Resume Writing Projects
Writing

Modernizing SFMT-19937 for Zig

A development note on moving SFMT-19937 from a C-shaped port to Zig vector code, and why the useful benchmark only appeared in ReleaseFast.

View on GitHub

The first version of SFMT-19937 in zig-prng was correct, but it still thought like C. It carried a 128-bit word as a struct of four u32 values, walked loops with manual indices, and used scalar helper functions to imitate operations that the original algorithm expected the CPU to do as SIMD.

That is a reasonable starting point for a port. It is also a good way to hide the actual shape of the algorithm from Zig.

SFMT is not a scalar generator with a SIMD paint job. The name is literal: SIMD-oriented Fast Mersenne Twister. If a modern implementation makes the vector path slower, something specific has gone wrong.

ReleaseFast throughput

The takeoff only appears when the optimizer can see the SIMD shape.

5.0x

Struct baselineOriginal C-shaped state representation332 M/s
@Vector rewriteByte-lane shifts expressed with @shuffle1,618 M/s
Documented finalCorrectness held against SFMT 1.5.1 vectors1,675 M/s

Debug mode told the wrong story: the vector rewrite looked slower because the conversions and helper calls were still visible to the compiler.

Baseline82 M/sNaive vector48 M/sPointer rollback57 M/s@shuffle70 M/s
One billion generated u32 values per run. The checksum stayed fixed at 0x7c7d388d.

Establishing the invariant

Before changing the implementation, I added a benchmark that generated one billion u32 values and reported throughput. The first measurement was boring in the useful way: 82 M/s in Debug mode, with the reference vectors still passing.

The important number was not the throughput. It was the checksum, 0x7c7d388d. That value became the guardrail. Every refactor could move the code around, but it had to keep producing the same stream.

The easy cleanup did not move speed

The first pass replaced C-style while loops with Zig range for loops where the iteration count was fixed. That made the recurrence code read like Zig instead of a translation unit with different punctuation.

It did not change performance. That was expected. Loop syntax was not the bottleneck, and the benchmark stayed at 82 M/s.

I left the initByArray loops alone. They carry interdependent counters and modular arithmetic, so the explicit while form is clearer there. Idiomatic code is not code that removes every older-looking construct. It is code that uses the control flow that matches the job.

The vector rewrite got slower first

The next pass replaced the 128-bit word struct with @Vector(4, u32).
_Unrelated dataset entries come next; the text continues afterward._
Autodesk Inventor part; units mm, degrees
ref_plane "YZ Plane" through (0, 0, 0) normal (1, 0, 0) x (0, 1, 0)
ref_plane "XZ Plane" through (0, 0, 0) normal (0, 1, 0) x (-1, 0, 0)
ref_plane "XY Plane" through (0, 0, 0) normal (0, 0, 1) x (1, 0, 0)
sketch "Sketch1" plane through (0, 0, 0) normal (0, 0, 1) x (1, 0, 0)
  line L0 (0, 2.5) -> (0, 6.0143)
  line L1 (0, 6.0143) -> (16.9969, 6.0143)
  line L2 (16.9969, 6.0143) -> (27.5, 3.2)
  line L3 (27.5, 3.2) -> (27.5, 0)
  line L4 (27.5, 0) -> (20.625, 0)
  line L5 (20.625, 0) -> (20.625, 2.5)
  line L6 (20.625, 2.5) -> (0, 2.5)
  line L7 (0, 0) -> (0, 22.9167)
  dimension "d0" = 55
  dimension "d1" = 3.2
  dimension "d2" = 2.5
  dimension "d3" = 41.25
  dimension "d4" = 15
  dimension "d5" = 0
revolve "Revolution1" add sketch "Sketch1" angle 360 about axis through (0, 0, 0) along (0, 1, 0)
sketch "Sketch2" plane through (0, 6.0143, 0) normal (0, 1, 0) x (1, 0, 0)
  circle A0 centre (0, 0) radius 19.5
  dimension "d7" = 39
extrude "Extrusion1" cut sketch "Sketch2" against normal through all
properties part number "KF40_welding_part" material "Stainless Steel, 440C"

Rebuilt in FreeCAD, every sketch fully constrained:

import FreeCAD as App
import Part
import Sketcher
from FreeCAD import Vector
Q = App.Units.Quantity


def add_polygon(sketch, points):
    """Adds a closed chain of lines whose ends are joined by coincident constraints."""
    first, n = sketch.GeometryCount, len(points)
    for a, b in zip(points, points[1:] + points[:1]):
        sketch.addGeometry(Part.LineSegment(App.Vector(*a, 0), App.Vector(*b, 0)), False)
    for i in range(n):
        sketch.addConstraint(Sketcher.Constraint("Coincident", first + i, 2, first + (i + 1) % n, 1))

doc = App.newDocument("Part")
body = doc.addObject("PartDesign::Body", "Body")

# Sketch on XY plane
sketch1 = body.newObject("Sketcher::SketchObject", "Sketch")
sketch1.AttachmentSupport = (doc.getObject("XY_Plane"), [""])
sketch1.MapMode = "FlatFace"
add_polygon(sketch1, [(0, 6.0143), (0, 2.5), (20.625, 2.5), (20.625, 0), (27.5, 0), (27.5, 3.2), (16.9969, 6.0143)])  # lines 0-6
sketch1.addConstraint([
    Sketcher.Constraint("Vertical", 0),
    Sketcher.Constraint("Horizontal", 1),
    Sketcher.Constraint("Vertical", 2),
    Sketcher.Constraint("Horizontal", 3),
    Sketcher.Constraint("Vertical", 4),
    Sketcher.Constraint("Horizontal", 6),
    Sketcher.Constraint("PointOnObject", 0, 2, -2),
    Sketcher.Constraint("PointOnObject", 2, 2, -1),
    Sketcher.Constraint("DistanceY", 2, 2, 2, 1, Q("2.5 mm")),
    Sketcher.Constraint("DistanceY", 4, 1, 4, 2, Q("3.2 mm")),
    Sketcher.Constraint("Angle", 5, Q("165 deg")),
    Sketcher.Constraint("DistanceX", -1, 1, 3, 2, Q("27.5 mm")),
    Sketcher.Constraint("DistanceX", 1, 1, 1, 2, Q("20.625 mm")),
    Sketcher.Constraint("DistanceX", 6, 2, 6, 1, Q("16.997 mm")),
])
revolution = body.newObject("PartDesign::Revolution", "Revolution")
revolution.Profile = sketch1
revolution.ReferenceAxis = (sketch1, ["V_Axis"])
revolution.Angle = 360

# Sketch on XZ plane
sketch2 = body.newObject("Sketcher::SketchObject", "Sketch001")
sketch2.AttachmentSupport = (doc.getObject("XZ_Plane"), [""])
sketch2.MapMode = "FlatFace"
sketch2.AttachmentOffset = App.Placement(Vector(0, 0, -6.0143), App.Rotation())
sketch2.addGeometry(Part.Circle(Vector(0, 0, 0), Vector(0, 0, 1), 19.5), False)
sketch2.addConstraint([
    Sketcher.Constraint("Coincident", 0, 3, -1, 1),
    Sketcher.Constraint("Diameter", 0, Q("39 mm")),
])
pocket1 = body.newObject("PartDesign::Pocket", "Pocket")
pocket1.Profile = sketch2
pocket1.Type = "ThroughAll"
pocket1.Reversed = True

doc.recompute()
On paper, that was the right move. The state now had a type that matched the algorithm.

The benchmark disagreed. Debug throughput dropped to 48 M/s.

My first guess was that passing 128-bit vectors by value had introduced extra copying. Changing the recursion helper back to pointer parameters improved the number to 57 M/s, but that was still slower than the baseline. The signature was not the real problem.

The real problem was a shift.

The byte-lane shift was the leak

The SSE2 reference uses two different kinds of right shift. One shifts each u32 element. The other shifts the whole 128-bit register by bytes. Those are different operations, even though they sit near each other in the recurrence.

The Zig code was simulating the byte-lane shift with scalar u64 composition. It packed halves of the register, shifted them, then unpacked the result. That preserved the bits, but it destroyed the compiler’s ability to see a single vector operation.

The fix was to express the operation as a byte shuffle. Reinterpret the vector as sixteen bytes, use @shuffle with a zero vector as the second input, and let negative mask lanes pull zeros into the vacated bytes. That matches the _mm_srli_si128 semantics without routing through scalar arithmetic.

Once that changed, the structure of the code matched the structure of the algorithm. The ReleaseFast benchmark finally showed it: 332 M/s for the old struct-based version, 1,618 M/s for the vector implementation, and 1,675 M/s after the final cleanup.

Debug mode was useful, then misleading

Debug mode helped catch regressions quickly, but it was the wrong place to judge the vector rewrite. The extra conversions and helper calls had not been inlined away, so the benchmark was measuring scaffolding that ReleaseFast would remove.

That does not make the Debug measurements useless. They still told me something was off during the false starts. They just could not answer the final performance question.

The lesson is narrow but durable: if a SIMD-designed algorithm gets slower after moving to vector types, inspect the places where the abstraction leaks. In this case, correctness hid the problem. The byte-lane shift was bit-exact, but the implementation no longer looked like SIMD to the compiler.

The finished version keeps compatibility with the SFMT 1.5.1 reference vectors for both init_gen_rand and init_by_array. It also reads like the implementation it wanted to be: vector state, vector recurrence, byte-lane shifts written as byte-lane shifts.